In the instant case, the State acted within four days of the initial ruling to seek reconsideration of new facts bearing on the issue in question and substantially affecting the credibility of the evidence adduced at the original pretrial hearing. The State never sought to appeal the first ruling on the motion to suppress. We reject appellant's claim that article 44.01(a)(5) accorded the State an exclusive remedy and that the trial court lacked "jurisdiction" to permit the State to reopen the evidence on the suppression issue. Cf. United States v. Scott, 524 F.2d 465, 467 (5th Cir.1975) (rejecting claim that 18 U.S.C.A. § 3731 granting government the right to appeal a suppression order was an exclusive remedy); Moreno, 807 S.W.2d at 329 (legislature, in enacting article 44.01, intended to extend to State appellate powers akin to those the United States Congress had extended to the federal government in a criminal case).

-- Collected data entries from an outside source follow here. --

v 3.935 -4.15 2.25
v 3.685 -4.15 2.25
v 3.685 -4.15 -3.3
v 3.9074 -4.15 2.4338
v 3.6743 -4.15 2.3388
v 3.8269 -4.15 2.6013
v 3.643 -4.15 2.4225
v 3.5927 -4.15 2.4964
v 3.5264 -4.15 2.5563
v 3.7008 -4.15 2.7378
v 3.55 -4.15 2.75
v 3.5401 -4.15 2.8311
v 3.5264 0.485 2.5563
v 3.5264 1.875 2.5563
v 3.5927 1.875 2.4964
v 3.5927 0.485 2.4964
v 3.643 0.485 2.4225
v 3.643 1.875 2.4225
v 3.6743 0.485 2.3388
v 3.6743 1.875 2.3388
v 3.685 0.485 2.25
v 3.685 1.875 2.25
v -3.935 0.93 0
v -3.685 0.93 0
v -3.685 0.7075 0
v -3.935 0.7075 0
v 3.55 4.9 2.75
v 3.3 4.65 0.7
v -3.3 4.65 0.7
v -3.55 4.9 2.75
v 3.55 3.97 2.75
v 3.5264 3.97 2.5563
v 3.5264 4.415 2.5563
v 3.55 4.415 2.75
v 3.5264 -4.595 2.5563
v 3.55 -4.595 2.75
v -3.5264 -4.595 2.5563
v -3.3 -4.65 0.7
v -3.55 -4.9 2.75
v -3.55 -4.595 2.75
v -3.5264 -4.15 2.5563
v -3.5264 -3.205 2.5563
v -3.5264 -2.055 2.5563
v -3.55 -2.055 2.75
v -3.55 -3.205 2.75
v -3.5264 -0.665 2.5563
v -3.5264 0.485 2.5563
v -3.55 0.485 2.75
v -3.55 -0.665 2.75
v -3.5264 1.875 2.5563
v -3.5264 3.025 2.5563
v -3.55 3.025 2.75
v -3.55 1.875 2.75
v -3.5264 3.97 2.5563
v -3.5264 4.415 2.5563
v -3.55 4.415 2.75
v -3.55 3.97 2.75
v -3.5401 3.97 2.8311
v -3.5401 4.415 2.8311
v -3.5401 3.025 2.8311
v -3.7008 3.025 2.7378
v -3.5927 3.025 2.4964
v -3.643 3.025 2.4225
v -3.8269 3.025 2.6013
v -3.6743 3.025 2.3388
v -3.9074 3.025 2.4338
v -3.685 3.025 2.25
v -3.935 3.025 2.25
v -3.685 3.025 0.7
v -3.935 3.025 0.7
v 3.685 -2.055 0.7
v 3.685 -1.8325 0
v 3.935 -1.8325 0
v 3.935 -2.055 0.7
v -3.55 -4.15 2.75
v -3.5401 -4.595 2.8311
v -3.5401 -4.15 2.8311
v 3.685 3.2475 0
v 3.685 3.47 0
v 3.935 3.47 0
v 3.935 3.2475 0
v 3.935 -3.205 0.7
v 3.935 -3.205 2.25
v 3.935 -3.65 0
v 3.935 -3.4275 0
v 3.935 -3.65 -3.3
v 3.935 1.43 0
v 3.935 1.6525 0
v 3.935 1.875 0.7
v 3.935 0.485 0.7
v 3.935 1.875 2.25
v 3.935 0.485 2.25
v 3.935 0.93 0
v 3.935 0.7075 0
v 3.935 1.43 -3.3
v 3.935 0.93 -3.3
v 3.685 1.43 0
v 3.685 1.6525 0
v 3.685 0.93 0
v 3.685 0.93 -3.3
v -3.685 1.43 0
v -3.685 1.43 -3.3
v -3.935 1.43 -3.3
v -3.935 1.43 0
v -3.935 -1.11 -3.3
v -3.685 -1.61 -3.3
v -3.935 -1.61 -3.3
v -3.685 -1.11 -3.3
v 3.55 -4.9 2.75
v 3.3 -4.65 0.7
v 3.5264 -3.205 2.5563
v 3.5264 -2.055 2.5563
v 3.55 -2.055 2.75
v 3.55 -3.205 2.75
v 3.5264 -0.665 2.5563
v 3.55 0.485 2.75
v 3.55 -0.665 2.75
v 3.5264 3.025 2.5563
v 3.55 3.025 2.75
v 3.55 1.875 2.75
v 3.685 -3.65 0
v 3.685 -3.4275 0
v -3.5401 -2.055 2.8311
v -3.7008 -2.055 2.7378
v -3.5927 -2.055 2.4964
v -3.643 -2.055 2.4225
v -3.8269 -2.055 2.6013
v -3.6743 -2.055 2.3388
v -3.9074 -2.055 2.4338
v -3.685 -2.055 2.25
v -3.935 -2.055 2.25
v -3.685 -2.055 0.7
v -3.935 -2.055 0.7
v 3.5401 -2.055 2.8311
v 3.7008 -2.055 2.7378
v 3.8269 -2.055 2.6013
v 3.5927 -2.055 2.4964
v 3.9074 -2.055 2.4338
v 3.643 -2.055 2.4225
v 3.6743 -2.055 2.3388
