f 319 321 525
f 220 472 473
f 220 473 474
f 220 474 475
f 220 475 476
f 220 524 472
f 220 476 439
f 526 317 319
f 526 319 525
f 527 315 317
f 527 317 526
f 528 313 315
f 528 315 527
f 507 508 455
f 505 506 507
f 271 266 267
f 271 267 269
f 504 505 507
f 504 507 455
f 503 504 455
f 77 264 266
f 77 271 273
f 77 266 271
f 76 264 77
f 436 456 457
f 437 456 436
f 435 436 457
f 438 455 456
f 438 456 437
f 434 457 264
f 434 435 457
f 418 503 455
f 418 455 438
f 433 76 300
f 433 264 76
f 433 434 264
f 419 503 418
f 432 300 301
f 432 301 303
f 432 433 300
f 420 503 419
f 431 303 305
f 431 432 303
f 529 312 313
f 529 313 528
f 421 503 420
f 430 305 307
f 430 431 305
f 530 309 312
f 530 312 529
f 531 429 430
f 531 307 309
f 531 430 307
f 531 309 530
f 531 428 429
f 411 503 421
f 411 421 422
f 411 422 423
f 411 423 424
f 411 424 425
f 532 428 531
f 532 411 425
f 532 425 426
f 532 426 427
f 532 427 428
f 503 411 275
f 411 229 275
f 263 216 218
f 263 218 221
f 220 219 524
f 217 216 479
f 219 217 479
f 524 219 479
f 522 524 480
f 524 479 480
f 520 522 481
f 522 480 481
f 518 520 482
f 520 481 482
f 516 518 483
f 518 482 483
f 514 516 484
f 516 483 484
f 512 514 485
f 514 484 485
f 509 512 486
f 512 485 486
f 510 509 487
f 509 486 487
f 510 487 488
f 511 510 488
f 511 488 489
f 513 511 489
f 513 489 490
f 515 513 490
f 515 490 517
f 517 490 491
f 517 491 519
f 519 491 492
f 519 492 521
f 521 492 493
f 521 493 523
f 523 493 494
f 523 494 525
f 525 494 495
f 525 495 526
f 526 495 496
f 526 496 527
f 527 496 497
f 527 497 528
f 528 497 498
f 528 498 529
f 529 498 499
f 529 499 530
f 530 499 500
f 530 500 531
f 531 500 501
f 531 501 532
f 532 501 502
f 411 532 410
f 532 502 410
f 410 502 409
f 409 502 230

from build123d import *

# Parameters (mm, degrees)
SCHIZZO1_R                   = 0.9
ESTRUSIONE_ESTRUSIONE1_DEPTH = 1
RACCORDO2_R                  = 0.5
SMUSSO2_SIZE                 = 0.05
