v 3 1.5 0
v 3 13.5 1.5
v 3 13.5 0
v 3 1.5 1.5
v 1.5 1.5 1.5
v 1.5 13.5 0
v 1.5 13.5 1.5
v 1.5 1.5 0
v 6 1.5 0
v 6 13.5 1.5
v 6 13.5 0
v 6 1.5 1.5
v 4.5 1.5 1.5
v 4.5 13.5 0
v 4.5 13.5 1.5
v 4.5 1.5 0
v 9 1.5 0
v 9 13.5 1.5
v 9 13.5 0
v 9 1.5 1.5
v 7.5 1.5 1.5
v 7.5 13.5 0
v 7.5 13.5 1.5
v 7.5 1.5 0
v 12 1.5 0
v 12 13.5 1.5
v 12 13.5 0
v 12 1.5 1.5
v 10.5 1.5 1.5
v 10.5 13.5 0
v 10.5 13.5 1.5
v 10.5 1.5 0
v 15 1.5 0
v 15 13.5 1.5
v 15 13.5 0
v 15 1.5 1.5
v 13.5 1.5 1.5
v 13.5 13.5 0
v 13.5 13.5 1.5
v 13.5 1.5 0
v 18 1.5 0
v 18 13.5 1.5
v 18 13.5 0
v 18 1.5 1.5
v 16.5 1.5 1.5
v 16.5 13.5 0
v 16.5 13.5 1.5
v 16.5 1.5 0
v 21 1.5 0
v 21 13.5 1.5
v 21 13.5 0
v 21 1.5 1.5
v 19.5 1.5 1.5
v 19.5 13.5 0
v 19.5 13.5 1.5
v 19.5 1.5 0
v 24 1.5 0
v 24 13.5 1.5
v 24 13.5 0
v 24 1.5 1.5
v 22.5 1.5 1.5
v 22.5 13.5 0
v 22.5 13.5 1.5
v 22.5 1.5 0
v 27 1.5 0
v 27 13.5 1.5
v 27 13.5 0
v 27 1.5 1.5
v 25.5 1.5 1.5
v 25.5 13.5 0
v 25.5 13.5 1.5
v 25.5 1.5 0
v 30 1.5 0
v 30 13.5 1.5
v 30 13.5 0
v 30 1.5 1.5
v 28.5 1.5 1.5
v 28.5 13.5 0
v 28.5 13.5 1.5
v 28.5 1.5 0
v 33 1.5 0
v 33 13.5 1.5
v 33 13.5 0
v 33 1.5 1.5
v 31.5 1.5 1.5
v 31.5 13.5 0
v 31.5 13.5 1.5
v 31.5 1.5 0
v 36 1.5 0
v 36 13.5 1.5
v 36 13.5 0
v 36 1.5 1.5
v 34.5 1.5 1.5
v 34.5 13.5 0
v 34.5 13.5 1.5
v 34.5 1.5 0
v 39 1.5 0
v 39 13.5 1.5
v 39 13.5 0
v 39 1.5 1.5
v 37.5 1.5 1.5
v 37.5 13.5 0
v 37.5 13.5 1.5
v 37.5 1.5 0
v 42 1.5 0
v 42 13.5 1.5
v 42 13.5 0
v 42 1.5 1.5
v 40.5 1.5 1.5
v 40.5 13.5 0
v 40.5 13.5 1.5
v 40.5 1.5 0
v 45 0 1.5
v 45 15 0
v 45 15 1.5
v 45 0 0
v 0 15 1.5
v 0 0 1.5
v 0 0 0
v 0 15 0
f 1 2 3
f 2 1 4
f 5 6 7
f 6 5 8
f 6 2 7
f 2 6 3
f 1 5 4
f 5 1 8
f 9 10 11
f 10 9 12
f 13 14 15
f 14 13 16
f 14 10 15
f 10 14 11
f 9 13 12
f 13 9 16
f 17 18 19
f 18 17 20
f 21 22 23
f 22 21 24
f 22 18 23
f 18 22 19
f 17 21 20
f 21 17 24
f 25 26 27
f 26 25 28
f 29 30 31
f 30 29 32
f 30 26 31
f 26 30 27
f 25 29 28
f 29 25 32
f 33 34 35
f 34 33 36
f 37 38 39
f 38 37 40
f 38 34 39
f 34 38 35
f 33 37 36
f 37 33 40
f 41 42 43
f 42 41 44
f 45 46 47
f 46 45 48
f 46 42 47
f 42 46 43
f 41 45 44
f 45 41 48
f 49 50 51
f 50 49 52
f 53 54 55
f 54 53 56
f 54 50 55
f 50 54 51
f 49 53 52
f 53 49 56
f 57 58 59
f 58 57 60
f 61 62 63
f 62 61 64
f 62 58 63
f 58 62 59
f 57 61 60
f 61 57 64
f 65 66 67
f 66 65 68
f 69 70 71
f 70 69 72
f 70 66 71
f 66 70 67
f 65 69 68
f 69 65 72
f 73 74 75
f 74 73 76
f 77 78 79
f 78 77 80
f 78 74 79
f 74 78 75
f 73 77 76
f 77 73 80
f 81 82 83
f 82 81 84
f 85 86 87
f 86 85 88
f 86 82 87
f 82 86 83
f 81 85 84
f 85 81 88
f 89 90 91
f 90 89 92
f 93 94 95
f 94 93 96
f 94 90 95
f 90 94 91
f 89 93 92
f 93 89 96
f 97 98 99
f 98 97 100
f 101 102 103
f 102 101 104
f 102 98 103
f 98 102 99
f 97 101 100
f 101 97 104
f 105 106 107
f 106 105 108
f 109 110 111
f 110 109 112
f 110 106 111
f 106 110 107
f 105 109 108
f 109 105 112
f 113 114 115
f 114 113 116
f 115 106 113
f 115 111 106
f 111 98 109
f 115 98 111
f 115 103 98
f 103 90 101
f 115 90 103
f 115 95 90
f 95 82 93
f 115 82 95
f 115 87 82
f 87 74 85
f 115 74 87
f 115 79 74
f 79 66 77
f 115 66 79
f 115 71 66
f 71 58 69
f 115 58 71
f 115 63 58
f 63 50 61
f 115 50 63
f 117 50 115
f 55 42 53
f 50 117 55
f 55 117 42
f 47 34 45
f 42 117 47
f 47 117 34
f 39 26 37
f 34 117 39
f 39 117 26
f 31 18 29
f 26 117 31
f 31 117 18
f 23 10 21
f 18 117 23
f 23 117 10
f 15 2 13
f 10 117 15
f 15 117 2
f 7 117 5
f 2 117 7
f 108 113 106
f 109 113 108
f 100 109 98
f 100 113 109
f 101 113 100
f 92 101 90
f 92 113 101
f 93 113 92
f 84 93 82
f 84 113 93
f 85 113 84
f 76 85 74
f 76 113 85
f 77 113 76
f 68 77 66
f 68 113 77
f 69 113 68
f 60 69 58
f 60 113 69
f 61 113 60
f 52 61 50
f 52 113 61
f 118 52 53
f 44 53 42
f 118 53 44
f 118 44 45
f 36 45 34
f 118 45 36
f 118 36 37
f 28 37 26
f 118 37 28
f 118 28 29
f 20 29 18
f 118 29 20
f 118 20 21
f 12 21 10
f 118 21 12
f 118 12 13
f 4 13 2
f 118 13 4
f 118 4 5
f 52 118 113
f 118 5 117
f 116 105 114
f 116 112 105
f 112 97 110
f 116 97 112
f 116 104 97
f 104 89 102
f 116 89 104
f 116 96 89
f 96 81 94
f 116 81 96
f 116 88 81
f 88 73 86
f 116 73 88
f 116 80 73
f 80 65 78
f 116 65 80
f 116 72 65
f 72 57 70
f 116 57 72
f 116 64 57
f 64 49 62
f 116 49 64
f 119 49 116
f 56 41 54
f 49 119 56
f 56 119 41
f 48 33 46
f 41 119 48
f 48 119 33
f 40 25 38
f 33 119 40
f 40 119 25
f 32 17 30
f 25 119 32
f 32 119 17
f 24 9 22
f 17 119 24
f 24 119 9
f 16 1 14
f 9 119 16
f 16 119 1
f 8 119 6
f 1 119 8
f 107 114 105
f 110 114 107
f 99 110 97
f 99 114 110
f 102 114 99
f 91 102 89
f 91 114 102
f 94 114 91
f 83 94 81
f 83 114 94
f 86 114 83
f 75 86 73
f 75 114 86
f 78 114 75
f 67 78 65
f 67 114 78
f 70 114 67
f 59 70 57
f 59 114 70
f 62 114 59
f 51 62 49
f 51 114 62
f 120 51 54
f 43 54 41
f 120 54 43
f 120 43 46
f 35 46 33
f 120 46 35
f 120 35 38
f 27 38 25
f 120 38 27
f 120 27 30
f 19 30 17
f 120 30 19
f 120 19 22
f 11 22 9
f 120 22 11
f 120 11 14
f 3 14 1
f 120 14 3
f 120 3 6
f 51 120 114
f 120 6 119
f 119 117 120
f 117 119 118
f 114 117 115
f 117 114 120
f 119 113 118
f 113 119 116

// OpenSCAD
/*
    Bijenbekje
 */
 
lengte          = 45;
breedte         = 15;
dikteGrondplaat = 1.5;

bekje();

module bekje() {
    difference() {
        grondplaat();
        uitsparingen();
    }
}

//!grondplaat();
module grondplaat() {
    cube ([lengte, breedte, dikteGrondplaat]);
}

//!uitsparingen();
module uitsparingen() {
    aantal = (lengte - dikteGrondplaat) / (dikteGrondplaat * 2) - 1;
    echo(aantal = aantal);
    for (i = [0 : aantal]) {
        translate([dikteGrondplaat * (1 + i * 2)
                 , dikteGrondplaat
                 , -dikteGrondplaat]) {
            cube([dikteGrondplaat
                , breedte - 2 * dikteGrondplaat
                , 3 * dikteGrondplaat]);
        }
    }
}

Shifting his position, appellant also argues that if the trial court had the necessary discretion, it abused that discretion when it granted the State's motion to reopen the evidence and then reversed itself by rescinding the earlier order.

We observe that appellant made no objection to the trial court's actions. Generally, error must be preserved at trial with a timely and specific objection. See Tex.R.App.P. 52(a); Turner v. State, 805 S.W.2d 423, 431 (Tex.Crim.App.1991); Sterling v. State, 800 S.W.2d 513, 521 (Tex.Crim.App.1990). Moreover, appellant has failed to bring forward any statement of facts concerning the hearings on May 1 and July 23, 1991. The burden is on appellant to see that a sufficient record is presented to show error requiring reversal. Tex R.App.P. 50(d). Appellant's failure to present a statement of facts showing the rulings of the trial court to which he assigns error presents nothing for review. See Smith v. State, 789 S.W.2d 350, 357 (Tex.App.--Amarillo 1990, pet. ref'd). Therefore, any error is waived. Guilder v. State, 794 S.W.2d 765, 766-67 (Tex.App.--Dallas 1990, no pet.); see also Hall v. State, 829 S.W.2d 407, 410-11 (Tex.App.--Waco 1992, no pet.).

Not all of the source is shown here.